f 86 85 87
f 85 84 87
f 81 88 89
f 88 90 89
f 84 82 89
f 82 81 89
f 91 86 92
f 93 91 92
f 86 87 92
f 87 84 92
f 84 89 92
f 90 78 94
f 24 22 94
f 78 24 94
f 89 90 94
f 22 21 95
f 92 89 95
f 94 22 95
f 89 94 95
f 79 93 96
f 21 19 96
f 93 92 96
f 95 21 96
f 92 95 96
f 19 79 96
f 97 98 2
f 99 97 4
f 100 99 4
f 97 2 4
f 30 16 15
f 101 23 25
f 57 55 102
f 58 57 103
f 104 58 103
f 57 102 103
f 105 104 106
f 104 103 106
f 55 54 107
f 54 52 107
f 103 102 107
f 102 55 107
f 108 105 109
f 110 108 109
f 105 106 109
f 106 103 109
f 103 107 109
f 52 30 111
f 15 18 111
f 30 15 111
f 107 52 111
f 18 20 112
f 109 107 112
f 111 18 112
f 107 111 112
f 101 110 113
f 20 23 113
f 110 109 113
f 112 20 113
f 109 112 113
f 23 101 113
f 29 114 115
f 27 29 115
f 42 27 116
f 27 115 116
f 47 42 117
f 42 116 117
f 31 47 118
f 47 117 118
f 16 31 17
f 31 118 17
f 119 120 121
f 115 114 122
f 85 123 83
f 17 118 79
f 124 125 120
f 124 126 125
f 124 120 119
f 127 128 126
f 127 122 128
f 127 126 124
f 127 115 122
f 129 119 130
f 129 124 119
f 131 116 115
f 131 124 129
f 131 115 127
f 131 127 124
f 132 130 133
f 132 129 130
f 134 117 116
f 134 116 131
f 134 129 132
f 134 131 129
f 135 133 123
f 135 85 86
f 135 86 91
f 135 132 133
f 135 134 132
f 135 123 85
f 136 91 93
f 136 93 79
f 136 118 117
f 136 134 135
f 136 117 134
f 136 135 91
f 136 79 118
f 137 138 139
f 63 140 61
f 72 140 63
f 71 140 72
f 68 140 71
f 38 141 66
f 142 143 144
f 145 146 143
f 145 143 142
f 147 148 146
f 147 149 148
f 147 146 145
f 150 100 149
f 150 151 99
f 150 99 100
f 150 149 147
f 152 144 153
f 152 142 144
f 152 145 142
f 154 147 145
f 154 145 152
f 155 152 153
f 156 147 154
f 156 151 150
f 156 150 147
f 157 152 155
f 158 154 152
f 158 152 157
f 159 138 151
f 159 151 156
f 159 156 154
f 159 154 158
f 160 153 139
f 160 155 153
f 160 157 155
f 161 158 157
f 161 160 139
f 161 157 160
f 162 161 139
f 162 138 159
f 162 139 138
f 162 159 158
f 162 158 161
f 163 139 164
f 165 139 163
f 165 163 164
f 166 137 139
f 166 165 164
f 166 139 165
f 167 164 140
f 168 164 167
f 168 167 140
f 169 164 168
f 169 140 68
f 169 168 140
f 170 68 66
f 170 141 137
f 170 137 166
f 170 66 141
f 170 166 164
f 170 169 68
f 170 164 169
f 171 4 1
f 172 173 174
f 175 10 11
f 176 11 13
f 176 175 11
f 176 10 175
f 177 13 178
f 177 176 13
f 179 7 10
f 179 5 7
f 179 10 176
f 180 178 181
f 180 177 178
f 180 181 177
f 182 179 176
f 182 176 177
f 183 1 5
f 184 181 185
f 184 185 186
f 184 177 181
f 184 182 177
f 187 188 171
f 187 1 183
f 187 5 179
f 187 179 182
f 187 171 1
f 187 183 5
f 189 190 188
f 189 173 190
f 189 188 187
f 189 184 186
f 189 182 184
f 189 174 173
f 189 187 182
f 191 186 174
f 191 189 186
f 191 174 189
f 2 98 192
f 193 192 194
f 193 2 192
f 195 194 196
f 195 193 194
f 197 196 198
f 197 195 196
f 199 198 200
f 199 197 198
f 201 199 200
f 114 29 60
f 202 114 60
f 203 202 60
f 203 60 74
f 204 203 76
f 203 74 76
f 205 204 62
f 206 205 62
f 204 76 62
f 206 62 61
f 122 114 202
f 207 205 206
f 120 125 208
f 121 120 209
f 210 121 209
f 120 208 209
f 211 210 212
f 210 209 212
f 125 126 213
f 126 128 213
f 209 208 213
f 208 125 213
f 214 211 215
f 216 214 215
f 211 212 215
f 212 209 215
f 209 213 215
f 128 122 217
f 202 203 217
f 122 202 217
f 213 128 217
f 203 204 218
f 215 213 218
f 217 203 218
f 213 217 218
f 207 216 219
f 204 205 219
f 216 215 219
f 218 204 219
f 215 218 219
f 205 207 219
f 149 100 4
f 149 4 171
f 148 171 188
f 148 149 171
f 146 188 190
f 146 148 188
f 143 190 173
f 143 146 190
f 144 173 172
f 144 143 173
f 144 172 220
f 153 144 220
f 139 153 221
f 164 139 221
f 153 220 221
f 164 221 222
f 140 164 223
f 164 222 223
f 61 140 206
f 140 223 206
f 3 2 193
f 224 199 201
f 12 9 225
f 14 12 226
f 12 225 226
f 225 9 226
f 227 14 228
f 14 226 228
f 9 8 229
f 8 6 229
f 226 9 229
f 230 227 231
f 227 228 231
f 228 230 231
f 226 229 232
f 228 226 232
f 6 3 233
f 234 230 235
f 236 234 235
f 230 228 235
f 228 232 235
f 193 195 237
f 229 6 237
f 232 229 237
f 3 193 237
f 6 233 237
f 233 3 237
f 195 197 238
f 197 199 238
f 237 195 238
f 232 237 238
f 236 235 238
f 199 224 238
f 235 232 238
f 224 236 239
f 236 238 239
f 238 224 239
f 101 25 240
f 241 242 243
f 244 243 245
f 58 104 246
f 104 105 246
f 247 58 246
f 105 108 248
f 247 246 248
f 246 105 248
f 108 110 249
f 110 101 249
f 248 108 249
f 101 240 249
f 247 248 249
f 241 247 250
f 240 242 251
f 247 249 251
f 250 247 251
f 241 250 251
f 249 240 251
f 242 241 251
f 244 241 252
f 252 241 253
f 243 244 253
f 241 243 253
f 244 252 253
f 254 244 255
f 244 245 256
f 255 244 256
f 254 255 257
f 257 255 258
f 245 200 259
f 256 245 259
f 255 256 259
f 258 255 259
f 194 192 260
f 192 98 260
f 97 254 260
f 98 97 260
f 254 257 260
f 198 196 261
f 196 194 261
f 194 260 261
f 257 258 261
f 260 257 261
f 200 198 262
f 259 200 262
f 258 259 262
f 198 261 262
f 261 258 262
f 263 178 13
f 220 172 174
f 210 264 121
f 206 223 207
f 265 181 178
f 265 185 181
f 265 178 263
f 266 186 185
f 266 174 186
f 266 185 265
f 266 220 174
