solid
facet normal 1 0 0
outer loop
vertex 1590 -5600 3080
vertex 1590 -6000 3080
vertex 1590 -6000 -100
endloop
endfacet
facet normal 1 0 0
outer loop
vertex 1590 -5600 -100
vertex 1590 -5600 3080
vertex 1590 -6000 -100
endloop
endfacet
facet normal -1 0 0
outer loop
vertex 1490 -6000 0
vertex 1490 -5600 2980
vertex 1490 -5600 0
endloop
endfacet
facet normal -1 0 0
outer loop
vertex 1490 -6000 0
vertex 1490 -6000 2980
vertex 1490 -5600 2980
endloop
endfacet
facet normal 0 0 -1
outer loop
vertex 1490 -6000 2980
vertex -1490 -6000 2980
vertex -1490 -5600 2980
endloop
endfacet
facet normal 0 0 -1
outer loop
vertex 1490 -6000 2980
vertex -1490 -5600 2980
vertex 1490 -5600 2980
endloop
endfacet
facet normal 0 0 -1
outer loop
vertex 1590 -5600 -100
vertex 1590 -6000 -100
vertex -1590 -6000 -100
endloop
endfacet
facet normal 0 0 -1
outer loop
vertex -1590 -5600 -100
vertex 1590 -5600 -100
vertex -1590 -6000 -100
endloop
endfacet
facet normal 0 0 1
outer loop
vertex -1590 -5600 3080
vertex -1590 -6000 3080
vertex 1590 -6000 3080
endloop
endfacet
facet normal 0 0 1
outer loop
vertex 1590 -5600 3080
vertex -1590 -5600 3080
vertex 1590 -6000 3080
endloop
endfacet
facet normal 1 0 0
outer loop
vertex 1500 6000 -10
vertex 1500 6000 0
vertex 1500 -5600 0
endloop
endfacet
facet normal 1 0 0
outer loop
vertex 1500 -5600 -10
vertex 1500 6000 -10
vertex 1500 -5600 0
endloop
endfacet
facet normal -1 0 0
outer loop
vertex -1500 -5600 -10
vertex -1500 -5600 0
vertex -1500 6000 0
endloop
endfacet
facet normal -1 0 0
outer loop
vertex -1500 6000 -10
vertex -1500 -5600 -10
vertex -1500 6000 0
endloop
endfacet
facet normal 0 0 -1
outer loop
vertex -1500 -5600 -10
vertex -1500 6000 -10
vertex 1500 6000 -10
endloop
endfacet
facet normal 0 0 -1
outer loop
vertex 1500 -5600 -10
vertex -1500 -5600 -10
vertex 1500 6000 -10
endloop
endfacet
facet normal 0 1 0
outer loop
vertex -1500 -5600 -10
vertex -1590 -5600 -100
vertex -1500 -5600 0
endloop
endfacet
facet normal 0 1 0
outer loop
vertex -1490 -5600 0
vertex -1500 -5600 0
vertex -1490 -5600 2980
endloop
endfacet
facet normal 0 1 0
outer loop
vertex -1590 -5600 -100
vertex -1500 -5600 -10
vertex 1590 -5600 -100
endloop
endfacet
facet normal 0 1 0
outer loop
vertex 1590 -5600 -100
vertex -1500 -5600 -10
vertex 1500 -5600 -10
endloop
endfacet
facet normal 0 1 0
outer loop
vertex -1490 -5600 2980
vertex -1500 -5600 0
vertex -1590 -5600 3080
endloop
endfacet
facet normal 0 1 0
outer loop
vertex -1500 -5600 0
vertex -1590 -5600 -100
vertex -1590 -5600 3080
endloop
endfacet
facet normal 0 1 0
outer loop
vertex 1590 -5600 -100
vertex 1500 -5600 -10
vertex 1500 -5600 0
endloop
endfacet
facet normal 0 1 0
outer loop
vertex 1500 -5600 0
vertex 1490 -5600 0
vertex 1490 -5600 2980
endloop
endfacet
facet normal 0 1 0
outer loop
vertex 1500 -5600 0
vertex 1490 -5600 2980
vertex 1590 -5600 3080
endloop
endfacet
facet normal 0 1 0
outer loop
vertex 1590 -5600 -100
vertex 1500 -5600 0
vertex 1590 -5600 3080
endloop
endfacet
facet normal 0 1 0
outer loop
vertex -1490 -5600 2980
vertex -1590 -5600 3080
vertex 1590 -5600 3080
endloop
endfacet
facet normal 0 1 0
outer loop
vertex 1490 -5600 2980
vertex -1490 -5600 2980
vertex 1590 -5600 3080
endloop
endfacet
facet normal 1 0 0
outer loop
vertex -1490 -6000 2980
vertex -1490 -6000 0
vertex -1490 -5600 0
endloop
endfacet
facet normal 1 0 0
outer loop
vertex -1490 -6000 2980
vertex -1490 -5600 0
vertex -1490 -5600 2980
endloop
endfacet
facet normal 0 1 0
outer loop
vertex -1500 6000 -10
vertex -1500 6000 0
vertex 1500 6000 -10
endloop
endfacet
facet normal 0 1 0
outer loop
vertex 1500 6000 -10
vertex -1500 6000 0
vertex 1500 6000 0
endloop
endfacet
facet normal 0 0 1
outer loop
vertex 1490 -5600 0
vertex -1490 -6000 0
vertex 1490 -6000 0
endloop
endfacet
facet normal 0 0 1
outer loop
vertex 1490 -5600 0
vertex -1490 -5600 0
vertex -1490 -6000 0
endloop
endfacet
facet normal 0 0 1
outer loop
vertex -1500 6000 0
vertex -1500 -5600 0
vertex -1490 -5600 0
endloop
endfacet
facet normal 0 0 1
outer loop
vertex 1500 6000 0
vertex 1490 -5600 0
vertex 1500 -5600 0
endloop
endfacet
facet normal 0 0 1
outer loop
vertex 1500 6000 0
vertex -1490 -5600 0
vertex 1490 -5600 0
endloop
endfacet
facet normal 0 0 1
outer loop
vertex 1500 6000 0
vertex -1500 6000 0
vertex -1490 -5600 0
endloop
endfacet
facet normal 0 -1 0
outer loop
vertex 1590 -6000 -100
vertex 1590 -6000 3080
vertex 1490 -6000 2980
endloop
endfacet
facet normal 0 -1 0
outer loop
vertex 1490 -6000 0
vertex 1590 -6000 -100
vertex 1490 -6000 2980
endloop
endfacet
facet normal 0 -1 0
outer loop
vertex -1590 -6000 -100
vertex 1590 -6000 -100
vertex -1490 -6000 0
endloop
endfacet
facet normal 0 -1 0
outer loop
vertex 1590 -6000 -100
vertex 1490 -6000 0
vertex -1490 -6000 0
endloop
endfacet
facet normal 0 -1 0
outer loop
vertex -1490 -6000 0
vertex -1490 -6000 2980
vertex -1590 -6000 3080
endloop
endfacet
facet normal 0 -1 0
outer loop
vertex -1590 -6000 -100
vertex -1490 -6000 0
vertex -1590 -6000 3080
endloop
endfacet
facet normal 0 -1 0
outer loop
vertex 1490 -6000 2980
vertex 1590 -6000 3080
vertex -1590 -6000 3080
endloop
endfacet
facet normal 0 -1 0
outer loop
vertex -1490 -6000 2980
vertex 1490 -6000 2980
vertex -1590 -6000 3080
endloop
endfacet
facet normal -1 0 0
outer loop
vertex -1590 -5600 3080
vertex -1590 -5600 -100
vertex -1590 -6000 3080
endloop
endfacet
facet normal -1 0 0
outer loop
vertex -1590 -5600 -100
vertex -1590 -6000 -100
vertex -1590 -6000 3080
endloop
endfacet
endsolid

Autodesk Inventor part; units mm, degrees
ref_plane "YZ Plane" through (0, 0, 0) normal (1, 0, 0) x (0, 1, 0)
ref_plane "XZ Plane" through (0, 0, 0) normal (0, 1, 0) x (-1, 0, 0)
ref_plane "XY Plane" through (0, 0, 0) normal (0, 0, 1) x (1, 0, 0)
sketch "Sketch1" plane through (0, 0, 0) normal (0, 0, 1) x (1, 0, 0)
  line L0 (1500, -6000) -> (-1500, -6000)
  line L1 (-1500, -6000) -> (-1500, 6000)
  line L2 (-1500, 6000) -> (1500, 6000)
  line L3 (1500, 6000) -> (1500, -6000)
  line L4 (1500, -6000) -> (-1500, 6000) construction
  line L5 (-1500, -6000) -> (1500, 6000) construction
  point P0 (0, 0)
  dimension "d0" = 3000
  dimension "d1" = 12000
extrude "Extrusion1" add sketch "Sketch1" against normal blind 10
sketch "Sketch2" plane through (-1500, -6000, 0) normal (0, -1, 0) x (1, 0, 0)
  line L0 (0, 0) -> (3000, 0) projected
  line L1 (0, 0) -> (0, -10) projected
  line L2 (3000, -10) -> (0, -10) projected
  line L3 (3000, 0) -> (3000, -10) projected
  line L4 (10, 2980) -> (2990, 2980)
  line L5 (2990, 2980) -> (2990, 0)
  line L6 (2990, 0) -> (10, 0)
  line L7 (10, 0) -> (10, 2980)
  line L8 (10, 2980) -> (2990, 0) construction
  line L9 (2990, 2980) -> (10, 0) construction
  line L10 (0, 0) -> (3000, 0) projected
  line L11 (-90, 3080) -> (3090, 3080)
  line L12 (3090, 3080) -> (3090, -100)
  line L13 (3090, -100) -> (-90, -100)
  line L14 (-90, -100) -> (-90, 3080)
  point P0 (1500, 0)
  point P1 (1500, 1490)
  point P2 (1500, 0)
  point P3 (2990, 0)
  dimension "d4" = 2980
  dimension "d5" = 2980
  dimension "d6" = 100
extrude "Extrusion2" add sketch "Sketch2" against normal blind 400
properties part number "floor"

■ **ACTION ITEM**:
Look back at the data above. Transcribe exactly the lines starting at the line that contains "f 126 128 213" and ending at the line that contains "f 207 216 219".

■ **RESPONSE**:
f 126 128 213
f 209 208 213
f 208 125 213
f 214 211 215
f 216 214 215
f 211 212 215
f 212 209 215
f 209 213 215
f 128 122 217
f 202 203 217
f 122 202 217
f 213 128 217
f 203 204 218
f 215 213 218
f 217 203 218
f 213 217 218
f 207 216 219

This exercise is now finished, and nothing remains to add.